Even earlier, Thailand had a refugee population of over 250,000, the largest in Southeast Asia, as Cambodians fled first the oppressive conditions of the Pol Pot regime and then the disruptions of the Vietnamese invasion and the guerrilla war. The Thai government was deeply concerned over both the economic burden of its refugee population and the prospect that the presence among the refugees of Pol Pot troops would lead to strikes across the border by the Vietnamese. In June, Thailand forcibly repatriated more than 40,000 Cambodians, partly to focus increased world attention on its refugee problem. (See also THAILAND.)

Foreign affairs.

Just prior to the taking of Phnom Penh, the former head of state, Prince Norodom Sihanouk, who had lived there under virtual house arrest, was permitted to leave the country for China. From there, he traveled to New York, where he addressed the UN Security Council in January on behalf of his recent jailers, in a futile endeavor to secure the withdrawal of Vietnamese forces from Cambodia. His action did, however, tend to undermine the Heng Samrin government, which failed to win widespread international recognition. Indeed, the ousted Pol Pot government retained its seat at the UN and the formal recognition of Western states and members of the Association of Southeast Asian Nations.

Representatives of the ousted Pol Pot government assiduously attended international conferences in order to sustain its international credentials. In May, Ieng Thirith, Pol Pot's minister of social welfare and the wife of Ieng Sary, represented Cambodia at the UN Conference on Trade and Development in Manila.
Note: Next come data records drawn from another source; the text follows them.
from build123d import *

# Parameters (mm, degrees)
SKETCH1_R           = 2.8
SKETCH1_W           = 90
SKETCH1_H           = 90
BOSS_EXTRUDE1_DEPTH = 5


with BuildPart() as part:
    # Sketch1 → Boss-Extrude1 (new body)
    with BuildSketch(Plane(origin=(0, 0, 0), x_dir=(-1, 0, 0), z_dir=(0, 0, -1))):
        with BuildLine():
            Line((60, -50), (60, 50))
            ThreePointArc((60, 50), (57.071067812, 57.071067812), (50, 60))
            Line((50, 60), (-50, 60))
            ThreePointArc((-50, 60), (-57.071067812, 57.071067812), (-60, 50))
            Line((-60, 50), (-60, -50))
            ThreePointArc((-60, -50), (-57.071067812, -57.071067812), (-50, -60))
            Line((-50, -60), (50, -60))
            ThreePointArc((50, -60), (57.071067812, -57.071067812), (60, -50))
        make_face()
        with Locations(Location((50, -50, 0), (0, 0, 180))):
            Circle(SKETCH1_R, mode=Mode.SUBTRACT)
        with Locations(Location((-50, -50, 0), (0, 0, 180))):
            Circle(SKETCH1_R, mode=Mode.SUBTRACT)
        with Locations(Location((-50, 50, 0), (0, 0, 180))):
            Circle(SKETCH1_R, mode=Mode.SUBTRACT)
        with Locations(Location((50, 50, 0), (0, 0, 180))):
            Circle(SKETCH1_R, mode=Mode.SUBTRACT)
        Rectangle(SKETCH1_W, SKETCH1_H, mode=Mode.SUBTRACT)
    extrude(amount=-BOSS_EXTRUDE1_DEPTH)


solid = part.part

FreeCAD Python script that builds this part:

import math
import FreeCAD as App
import Part
import Sketcher

V = App.Vector
Q = App.Units.Quantity

doc = App.newDocument("Part")
body = doc.addObject("PartDesign::Body", "Body")

# Sketch on XY plane
sketch1 = body.newObject("Sketcher::SketchObject", "Sketch")
sketch1.AttachmentSupport = (doc.getObject("XY_Plane"), [""])
sketch1.MapMode = "FlatFace"
sketch1.addGeometry(Part.LineSegment(V(-60, -50, 0), V(-60, 50, 0)), False)
sketch1.addGeometry(Part.ArcOfCircle(Part.Circle(V(-50, 50, 0), V(0, 0, 1), 10), math.radians(90), math.radians(180)), False)
sketch1.addGeometry(Part.LineSegment(V(-50, 60, 0), V(50, 60, 0)), False)
sketch1.addGeometry(Part.ArcOfCircle(Part.Circle(V(50, 50, 0), V(0, 0, 1), 10), math.radians(0), math.radians(90)), False)
sketch1.addGeometry(Part.LineSegment(V(60, 50, 0), V(60, -50, 0)), False)
sketch1.addGeometry(Part.ArcOfCircle(Part.Circle(V(50, -50, 0), V(0, 0, 1), 10), math.radians(-90), math.radians(0)), False)
sketch1.addGeometry(Part.LineSegment(V(50, -60, 0), V(-50, -60, 0)), False)
sketch1.addGeometry(Part.ArcOfCircle(Part.Circle(V(-50, -50, 0), V(0, 0, 1), 10), math.radians(180), math.radians(270)), False)
sketch1.addGeometry(Part.Circle(V(50, -50, 0), V(0, 0, 1), 2.8), False)
sketch1.addGeometry(Part.Circle(V(-50, -50, 0), V(0, 0, 1), 2.8), False)
sketch1.addGeometry(Part.Circle(V(50, 50, 0), V(0, 0, 1), 2.8), False)
sketch1.addGeometry(Part.LineSegment(V(-45, -45, 0), V(45, -45, 0)), False)
sketch1.addGeometry(Part.LineSegment(V(45, -45, 0), V(45, 45, 0)), False)
sketch1.addGeometry(Part.LineSegment(V(45, 45, 0), V(-45, 45, 0)), False)
sketch1.addGeometry(Part.LineSegment(V(-45, 45, 0), V(-45, -45, 0)), False)
sketch1.addGeometry(Part.Circle(V(-50, 50, 0), V(0, 0, 1), 2.8), False)
sketch1.addConstraint(Sketcher.Constraint("Tangent", 0, 2, 1, 2))
sketch1.addConstraint(Sketcher.Constraint("Tangent", 1, 1, 2, 1))
sketch1.addConstraint(Sketcher.Constraint("Tangent", 2, 2, 3, 2))
sketch1.addConstraint(Sketcher.Constraint("Tangent", 3, 1, 4, 1))
sketch1.addConstraint(Sketcher.Constraint("Tangent", 4, 2, 5, 2))
sketch1.addConstraint(Sketcher.Constraint("Tangent", 5, 1, 6, 1))
sketch1.addConstraint(Sketcher.Constraint("Tangent", 6, 2, 7, 2))
sketch1.addConstraint(Sketcher.Constraint("Tangent", 7, 1, 0, 1))
sketch1.addConstraint(Sketcher.Constraint("Coincident", 11, 2, 12, 1))
sketch1.addConstraint(Sketcher.Constraint("Coincident", 12, 2, 13, 1))
sketch1.addConstraint(Sketcher.Constraint("Coincident", 13, 2, 14, 1))
sketch1.addConstraint(Sketcher.Constraint("Coincident", 14, 2, 11, 1))
sketch1.addConstraint(Sketcher.Constraint("Vertical", 0))
sketch1.addConstraint(Sketcher.Constraint("Horizontal", 2))
sketch1.addConstraint(Sketcher.Constraint("Vertical", 4))
sketch1.addConstraint(Sketcher.Constraint("Horizontal", 6))
sketch1.addConstraint(Sketcher.Constraint("Horizontal", 11))
sketch1.addConstraint(Sketcher.Constraint("Vertical", 12))
sketch1.addConstraint(Sketcher.Constraint("Horizontal", 13))
sketch1.addConstraint(Sketcher.Constraint("Vertical", 14))
sketch1.addConstraint(Sketcher.Constraint("Coincident", 8, 3, 5, 3))
sketch1.addConstraint(Sketcher.Constraint("Coincident", 9, 3, 7, 3))
sketch1.addConstraint(Sketcher.Constraint("Coincident", 10, 3, 3, 3))
sketch1.addConstraint(Sketcher.Constraint("Coincident", 15, 3, 1, 3))
sketch1.addConstraint(Sketcher.Constraint("Equal", 1, 3))
sketch1.addConstraint(Sketcher.Constraint("Equal", 3, 5))
sketch1.addConstraint(Sketcher.Constraint("Equal", 5, 7))
sketch1.addConstraint(Sketcher.Constraint("Equal", 8, 9))
sketch1.addConstraint(Sketcher.Constraint("Equal", 9, 10))
sketch1.addConstraint(Sketcher.Constraint("Equal", 10, 15))
sketch1.addConstraint(Sketcher.Constraint("Symmetric", 1, 3, 5, 3, -1, 1))
sketch1.addConstraint(Sketcher.Constraint("Symmetric", 11, 2, 13, 2, -1, 1))
sketch1.addConstraint(Sketcher.Constraint("Equal", 6, 0))
sketch1.addConstraint(Sketcher.Constraint("Equal", 13, 12))
sketch1.addConstraint(Sketcher.Constraint("Radius", 1, Q("10 mm")))
sketch1.addConstraint(Sketcher.Constraint("Diameter", 8, Q("5.6 mm")))
sketch1.addConstraint(Sketcher.Constraint("DistanceX", 2, 1, 2, 2, Q("100 mm")))
sketch1.addConstraint(Sketcher.Constraint("DistanceX", 11, 1, 11, 2, Q("90 mm")))
pad1 = body.newObject("PartDesign::Pad", "Pad")
pad1.Profile = sketch1
pad1.Length = 5

doc.recompute()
And in June a Pol Pot delegation was seated instead of one from the Heng Samrin government, at a preparatory, pre-summit meeting of nonaligned states held in Colombo, Sri Lanka. However, at the summit itself, held in Havana, Cuba, in early September, the Cambodian seat was left vacant, with the future status of the Pol Pot regime referred to a special committee for future study.
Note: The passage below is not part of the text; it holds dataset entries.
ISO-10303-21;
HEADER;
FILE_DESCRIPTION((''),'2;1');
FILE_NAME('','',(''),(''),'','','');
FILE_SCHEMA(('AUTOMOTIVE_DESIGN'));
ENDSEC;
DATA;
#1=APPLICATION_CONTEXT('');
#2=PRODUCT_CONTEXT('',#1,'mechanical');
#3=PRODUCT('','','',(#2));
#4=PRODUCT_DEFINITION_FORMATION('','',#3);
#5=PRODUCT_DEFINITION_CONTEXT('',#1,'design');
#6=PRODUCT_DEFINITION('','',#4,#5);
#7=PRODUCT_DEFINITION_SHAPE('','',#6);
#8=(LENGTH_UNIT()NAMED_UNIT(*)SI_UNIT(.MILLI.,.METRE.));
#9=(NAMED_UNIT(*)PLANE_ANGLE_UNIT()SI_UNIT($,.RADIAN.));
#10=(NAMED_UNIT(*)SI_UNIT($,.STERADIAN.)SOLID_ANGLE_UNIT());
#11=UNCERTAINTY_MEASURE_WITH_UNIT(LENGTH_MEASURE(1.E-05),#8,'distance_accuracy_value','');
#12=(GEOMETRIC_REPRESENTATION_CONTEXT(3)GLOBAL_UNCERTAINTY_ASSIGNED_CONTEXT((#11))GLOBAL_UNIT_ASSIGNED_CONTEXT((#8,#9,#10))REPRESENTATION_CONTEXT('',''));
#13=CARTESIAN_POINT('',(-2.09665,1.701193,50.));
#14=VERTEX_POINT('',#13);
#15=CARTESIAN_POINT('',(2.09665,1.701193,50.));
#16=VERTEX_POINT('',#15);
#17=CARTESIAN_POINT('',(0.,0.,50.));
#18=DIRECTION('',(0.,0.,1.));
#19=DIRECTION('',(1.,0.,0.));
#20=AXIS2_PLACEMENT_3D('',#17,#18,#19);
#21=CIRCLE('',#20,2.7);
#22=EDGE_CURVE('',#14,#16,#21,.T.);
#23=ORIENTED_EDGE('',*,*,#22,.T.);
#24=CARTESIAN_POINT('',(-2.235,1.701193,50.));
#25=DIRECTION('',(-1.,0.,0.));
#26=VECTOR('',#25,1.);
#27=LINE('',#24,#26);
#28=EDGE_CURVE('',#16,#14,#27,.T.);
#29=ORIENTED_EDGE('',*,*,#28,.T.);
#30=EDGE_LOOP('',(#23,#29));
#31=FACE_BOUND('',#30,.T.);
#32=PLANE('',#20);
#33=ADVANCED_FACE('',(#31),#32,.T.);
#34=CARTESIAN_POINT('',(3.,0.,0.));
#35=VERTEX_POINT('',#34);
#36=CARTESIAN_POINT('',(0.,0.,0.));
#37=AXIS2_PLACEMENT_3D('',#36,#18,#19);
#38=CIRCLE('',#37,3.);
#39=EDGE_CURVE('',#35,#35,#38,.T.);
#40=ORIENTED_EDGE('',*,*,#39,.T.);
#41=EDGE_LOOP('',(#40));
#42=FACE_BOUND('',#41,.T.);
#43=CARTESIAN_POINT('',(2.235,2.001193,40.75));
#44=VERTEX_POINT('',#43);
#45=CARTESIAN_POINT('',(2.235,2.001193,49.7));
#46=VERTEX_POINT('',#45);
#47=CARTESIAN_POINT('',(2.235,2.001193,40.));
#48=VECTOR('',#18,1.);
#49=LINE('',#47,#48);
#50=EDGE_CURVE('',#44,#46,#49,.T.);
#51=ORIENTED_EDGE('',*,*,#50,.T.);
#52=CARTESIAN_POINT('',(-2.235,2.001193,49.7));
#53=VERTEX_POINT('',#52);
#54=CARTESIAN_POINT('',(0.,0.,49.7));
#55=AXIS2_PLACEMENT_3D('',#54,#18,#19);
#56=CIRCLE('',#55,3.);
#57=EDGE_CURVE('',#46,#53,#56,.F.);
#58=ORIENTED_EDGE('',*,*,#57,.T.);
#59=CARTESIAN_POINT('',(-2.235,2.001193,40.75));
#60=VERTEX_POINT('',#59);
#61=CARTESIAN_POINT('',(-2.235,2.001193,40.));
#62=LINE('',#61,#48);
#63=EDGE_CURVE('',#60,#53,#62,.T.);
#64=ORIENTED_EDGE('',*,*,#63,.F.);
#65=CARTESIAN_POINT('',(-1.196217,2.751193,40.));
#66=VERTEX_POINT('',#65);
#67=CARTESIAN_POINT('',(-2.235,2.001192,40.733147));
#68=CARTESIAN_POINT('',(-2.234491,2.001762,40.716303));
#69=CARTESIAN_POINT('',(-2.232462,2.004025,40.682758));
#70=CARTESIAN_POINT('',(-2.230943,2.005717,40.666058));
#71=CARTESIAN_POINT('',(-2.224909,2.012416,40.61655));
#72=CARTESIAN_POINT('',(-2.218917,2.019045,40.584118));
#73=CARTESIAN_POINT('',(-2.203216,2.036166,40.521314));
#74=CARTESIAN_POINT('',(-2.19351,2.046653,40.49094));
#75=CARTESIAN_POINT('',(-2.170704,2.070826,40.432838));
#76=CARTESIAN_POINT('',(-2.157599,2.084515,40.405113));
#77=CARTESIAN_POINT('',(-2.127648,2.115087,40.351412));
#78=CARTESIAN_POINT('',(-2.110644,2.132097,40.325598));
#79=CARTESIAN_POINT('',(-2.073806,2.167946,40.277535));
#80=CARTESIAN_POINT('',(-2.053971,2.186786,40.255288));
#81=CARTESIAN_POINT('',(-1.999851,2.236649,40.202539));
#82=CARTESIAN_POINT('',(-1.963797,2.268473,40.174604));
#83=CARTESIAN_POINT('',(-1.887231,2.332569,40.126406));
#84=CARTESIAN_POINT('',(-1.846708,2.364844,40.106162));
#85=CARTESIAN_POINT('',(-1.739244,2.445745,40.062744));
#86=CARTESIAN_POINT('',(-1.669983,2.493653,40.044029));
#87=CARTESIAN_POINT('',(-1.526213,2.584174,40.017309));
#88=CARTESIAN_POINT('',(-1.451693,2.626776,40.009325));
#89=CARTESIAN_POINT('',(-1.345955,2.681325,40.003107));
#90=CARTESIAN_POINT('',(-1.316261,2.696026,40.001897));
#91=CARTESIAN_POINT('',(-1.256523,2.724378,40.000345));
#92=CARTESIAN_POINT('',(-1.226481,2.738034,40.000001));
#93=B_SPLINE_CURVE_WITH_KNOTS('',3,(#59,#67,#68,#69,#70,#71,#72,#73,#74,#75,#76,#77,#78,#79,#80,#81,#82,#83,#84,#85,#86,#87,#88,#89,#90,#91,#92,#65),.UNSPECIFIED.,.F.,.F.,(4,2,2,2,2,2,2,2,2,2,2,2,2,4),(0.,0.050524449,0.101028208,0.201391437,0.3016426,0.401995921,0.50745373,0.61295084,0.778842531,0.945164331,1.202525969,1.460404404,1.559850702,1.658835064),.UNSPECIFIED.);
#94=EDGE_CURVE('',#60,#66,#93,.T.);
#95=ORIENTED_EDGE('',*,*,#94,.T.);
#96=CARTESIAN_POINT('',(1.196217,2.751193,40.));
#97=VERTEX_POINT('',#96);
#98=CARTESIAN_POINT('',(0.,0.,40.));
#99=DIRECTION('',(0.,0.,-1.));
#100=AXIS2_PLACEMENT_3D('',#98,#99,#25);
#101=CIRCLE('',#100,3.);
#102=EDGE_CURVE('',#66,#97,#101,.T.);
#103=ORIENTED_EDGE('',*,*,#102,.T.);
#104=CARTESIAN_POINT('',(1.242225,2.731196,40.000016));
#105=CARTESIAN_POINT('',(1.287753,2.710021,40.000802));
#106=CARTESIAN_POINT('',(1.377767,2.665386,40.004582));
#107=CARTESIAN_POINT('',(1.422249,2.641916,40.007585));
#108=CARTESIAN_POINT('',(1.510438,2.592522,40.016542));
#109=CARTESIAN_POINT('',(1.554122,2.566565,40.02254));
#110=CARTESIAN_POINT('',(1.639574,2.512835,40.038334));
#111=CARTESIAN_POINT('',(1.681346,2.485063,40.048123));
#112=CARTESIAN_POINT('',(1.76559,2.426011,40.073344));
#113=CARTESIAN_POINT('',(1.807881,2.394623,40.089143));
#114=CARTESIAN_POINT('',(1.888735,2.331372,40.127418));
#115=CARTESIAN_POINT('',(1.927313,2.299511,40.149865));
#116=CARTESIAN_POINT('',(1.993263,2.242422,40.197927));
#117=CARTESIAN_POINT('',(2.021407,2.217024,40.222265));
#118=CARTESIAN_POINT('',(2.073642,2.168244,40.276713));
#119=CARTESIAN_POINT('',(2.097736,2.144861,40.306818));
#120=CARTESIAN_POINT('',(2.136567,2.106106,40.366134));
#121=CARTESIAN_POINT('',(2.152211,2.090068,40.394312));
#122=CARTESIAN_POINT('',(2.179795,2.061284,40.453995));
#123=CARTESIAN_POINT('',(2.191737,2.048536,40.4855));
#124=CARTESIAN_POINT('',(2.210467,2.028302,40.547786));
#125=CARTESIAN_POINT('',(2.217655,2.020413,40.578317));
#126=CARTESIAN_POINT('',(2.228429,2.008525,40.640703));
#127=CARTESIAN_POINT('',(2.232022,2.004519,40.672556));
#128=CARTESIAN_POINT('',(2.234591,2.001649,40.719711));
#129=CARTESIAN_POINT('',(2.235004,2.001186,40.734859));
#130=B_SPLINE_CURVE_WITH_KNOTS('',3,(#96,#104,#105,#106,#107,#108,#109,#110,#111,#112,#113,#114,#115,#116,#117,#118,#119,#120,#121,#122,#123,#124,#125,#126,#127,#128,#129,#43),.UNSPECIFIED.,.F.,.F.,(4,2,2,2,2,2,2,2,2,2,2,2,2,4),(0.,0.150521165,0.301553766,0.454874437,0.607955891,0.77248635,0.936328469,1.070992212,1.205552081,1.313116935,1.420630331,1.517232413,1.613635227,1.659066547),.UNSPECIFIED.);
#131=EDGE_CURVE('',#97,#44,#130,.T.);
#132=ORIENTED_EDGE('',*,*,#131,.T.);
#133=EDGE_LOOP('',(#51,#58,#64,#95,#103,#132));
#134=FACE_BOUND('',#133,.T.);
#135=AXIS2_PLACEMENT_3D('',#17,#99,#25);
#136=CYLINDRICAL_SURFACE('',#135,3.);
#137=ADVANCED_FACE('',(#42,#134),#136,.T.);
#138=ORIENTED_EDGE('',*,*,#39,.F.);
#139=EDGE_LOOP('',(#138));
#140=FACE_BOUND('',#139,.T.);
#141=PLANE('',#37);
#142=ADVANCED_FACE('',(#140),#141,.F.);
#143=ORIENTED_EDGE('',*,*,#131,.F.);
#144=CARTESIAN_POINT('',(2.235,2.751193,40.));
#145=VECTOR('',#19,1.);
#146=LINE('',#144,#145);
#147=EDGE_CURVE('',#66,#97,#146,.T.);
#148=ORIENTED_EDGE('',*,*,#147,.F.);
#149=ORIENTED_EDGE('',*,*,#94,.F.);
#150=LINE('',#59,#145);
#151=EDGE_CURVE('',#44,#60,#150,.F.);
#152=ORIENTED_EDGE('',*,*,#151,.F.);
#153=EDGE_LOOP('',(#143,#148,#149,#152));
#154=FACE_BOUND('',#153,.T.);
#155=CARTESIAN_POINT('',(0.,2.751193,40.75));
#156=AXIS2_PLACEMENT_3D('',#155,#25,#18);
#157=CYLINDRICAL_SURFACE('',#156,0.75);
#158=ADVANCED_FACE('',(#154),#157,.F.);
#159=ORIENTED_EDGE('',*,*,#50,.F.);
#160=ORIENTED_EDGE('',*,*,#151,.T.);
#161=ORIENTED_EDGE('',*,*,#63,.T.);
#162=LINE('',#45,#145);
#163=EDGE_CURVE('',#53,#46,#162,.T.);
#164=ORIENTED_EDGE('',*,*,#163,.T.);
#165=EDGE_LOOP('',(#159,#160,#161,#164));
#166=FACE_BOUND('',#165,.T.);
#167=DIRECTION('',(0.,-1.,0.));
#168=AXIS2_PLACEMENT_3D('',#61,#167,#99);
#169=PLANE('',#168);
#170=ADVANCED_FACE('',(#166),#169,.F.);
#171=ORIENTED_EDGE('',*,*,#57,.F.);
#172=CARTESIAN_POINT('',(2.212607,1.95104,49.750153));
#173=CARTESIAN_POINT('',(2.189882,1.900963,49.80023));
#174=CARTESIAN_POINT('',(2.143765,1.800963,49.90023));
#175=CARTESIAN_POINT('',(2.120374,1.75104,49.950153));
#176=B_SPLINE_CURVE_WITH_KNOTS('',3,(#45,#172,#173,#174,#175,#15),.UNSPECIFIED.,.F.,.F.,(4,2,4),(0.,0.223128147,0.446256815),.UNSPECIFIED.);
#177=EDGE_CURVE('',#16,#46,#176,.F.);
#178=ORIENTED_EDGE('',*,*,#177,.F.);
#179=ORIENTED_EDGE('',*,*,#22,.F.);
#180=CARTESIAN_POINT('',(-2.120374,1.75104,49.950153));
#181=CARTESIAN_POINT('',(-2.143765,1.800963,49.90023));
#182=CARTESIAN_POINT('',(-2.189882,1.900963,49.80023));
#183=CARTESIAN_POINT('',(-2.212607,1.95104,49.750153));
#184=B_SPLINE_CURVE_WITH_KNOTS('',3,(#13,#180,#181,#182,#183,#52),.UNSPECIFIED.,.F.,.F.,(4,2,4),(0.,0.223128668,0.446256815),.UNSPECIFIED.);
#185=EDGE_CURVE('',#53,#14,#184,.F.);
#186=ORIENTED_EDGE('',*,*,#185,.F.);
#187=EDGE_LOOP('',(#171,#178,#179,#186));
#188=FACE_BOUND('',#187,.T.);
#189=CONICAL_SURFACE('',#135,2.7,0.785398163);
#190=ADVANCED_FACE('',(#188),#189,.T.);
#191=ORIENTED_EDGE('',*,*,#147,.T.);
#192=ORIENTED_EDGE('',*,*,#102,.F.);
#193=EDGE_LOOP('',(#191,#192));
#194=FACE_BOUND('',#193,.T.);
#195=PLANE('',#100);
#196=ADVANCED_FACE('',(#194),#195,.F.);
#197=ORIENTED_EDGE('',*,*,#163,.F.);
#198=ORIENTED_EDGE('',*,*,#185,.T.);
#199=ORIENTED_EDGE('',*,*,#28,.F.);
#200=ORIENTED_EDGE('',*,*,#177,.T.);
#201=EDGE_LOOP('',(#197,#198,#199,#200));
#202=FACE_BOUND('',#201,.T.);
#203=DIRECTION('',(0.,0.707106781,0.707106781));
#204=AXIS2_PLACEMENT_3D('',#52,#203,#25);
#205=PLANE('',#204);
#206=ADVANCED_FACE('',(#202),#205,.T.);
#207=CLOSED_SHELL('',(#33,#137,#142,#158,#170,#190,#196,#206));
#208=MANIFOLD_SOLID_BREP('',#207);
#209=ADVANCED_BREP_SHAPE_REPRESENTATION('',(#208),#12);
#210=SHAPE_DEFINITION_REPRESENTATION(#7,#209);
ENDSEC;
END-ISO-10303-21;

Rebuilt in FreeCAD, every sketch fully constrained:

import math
import FreeCAD as App
import Part
import Sketcher

V = App.Vector


def edges_at(feature, points):
    """Names of the edges that pass closest to the given points."""
    edges = feature.Shape.Edges
    near = lambda p: min(range(len(edges)), key=lambda i: edges[i].distToShape(Part.Vertex(*p))[0])
    return sorted({f"Edge{near(p) + 1}" for p in points})

doc = App.newDocument("Part")
body = doc.addObject("PartDesign::Body", "Body")

# Sketch on XY plane
sketch1 = body.newObject("Sketcher::SketchObject", "Sketch")
sketch1.AttachmentSupport = (doc.getObject("XY_Plane"), [""])
sketch1.MapMode = "FlatFace"
sketch1.addGeometry([
    Part.ArcOfCircle(Part.Circle(V(0, 0, 0), V(0, 0, 1), 3), math.radians(38), math.radians(142)),
    Part.ArcOfCircle(Part.Circle(V(0, 0, 0), V(0, 0, 1), 3), math.radians(142), math.radians(360)),
    Part.ArcOfCircle(Part.Circle(V(0, 0, 0), V(0, 0, 1), 3), math.radians(0), math.radians(38)),
], False)
sketch1.addConstraint([
    Sketcher.Constraint("Tangent", 0, 2, 1, 1),
    Sketcher.Constraint("Tangent", 1, 2, 2, 1),
    Sketcher.Constraint("Tangent", 2, 2, 0, 1),
    Sketcher.Constraint("Coincident", 0, 3, -1, 1),
    Sketcher.Constraint("PointOnObject", 1, 2, -1),
    Sketcher.Constraint("Horizontal", 0, 2, 2, 2),
    Sketcher.Constraint("Radius", 0, 3.0),
    Sketcher.Constraint("DistanceX", 0, 2, 2, 2, 4.7),
])
pad1 = body.newObject("PartDesign::Pad", "Pad")
pad1.Profile = sketch1
pad1.Length = 50

# Sketch on XY plane
sketch2 = body.newObject("Sketcher::SketchObject", "Sketch001")
sketch2.AttachmentSupport = (doc.getObject("XY_Plane"), [""])
sketch2.MapMode = "FlatFace"
sketch2.AttachmentOffset = App.Placement(V(0, 0, 50), App.Rotation())
sketch2.addGeometry([
    Part.LineSegment(V(-2.2, 7, 0), V(-2.2, 2, 0)),
    Part.LineSegment(V(-2.2, 2, 0), V(2.2, 2, 0)),
    Part.LineSegment(V(2.2, 2, 0), V(2.2, 7, 0)),
    Part.LineSegment(V(2.2, 7, 0), V(-2.2, 7, 0)),
], False)
sketch2.addConstraint([
    Sketcher.Constraint("Coincident", 0, 2, 1, 1),
    Sketcher.Constraint("Coincident", 1, 2, 2, 1),
    Sketcher.Constraint("Coincident", 2, 2, 3, 1),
Since the invasion, Cambodia has been dominated by the Vietnamese, militarily and politically. Tens of thousands of Vietnamese troops were in the country, along with a few thousand Laotians. Initially, the new government seemed a welcome relief from the terror of Pol Pot's rule. By the middle of the year, however, there were indications of a revival of the traditional Khmer antagonism toward the Vietnamese, including reports of armed clashes between Vietnamese troops and forces of the Heng Samrin government. The evident concern of the Heng Samrin government about the threat to its legitimacy posed by the continued presence of Vietnamese troops was demonstrated in a speech made by the new foreign minister, Hun Sen, to government cadres in July. He stated that the presence of Vietnamese troops did not mean any loss of the country's independence, sovereignty, or territorial integrity and that they would withdraw "as soon as the remnants of the Pol Pot—Ieng Sary clique, the Chinese reactionaries, and other imperialists stop threatening the territorial integrity and sovereignty of Kampuchea."

Area and population.

Area, 69,898 sq. mi. Pop. (1979), variously estimated at 4-9 million.

Government.

Socialist state. Pres. of People's Revolutionary Council, Heng Samrin.

Finance.

Former official monetary unit, riel. Local currency not yet restored.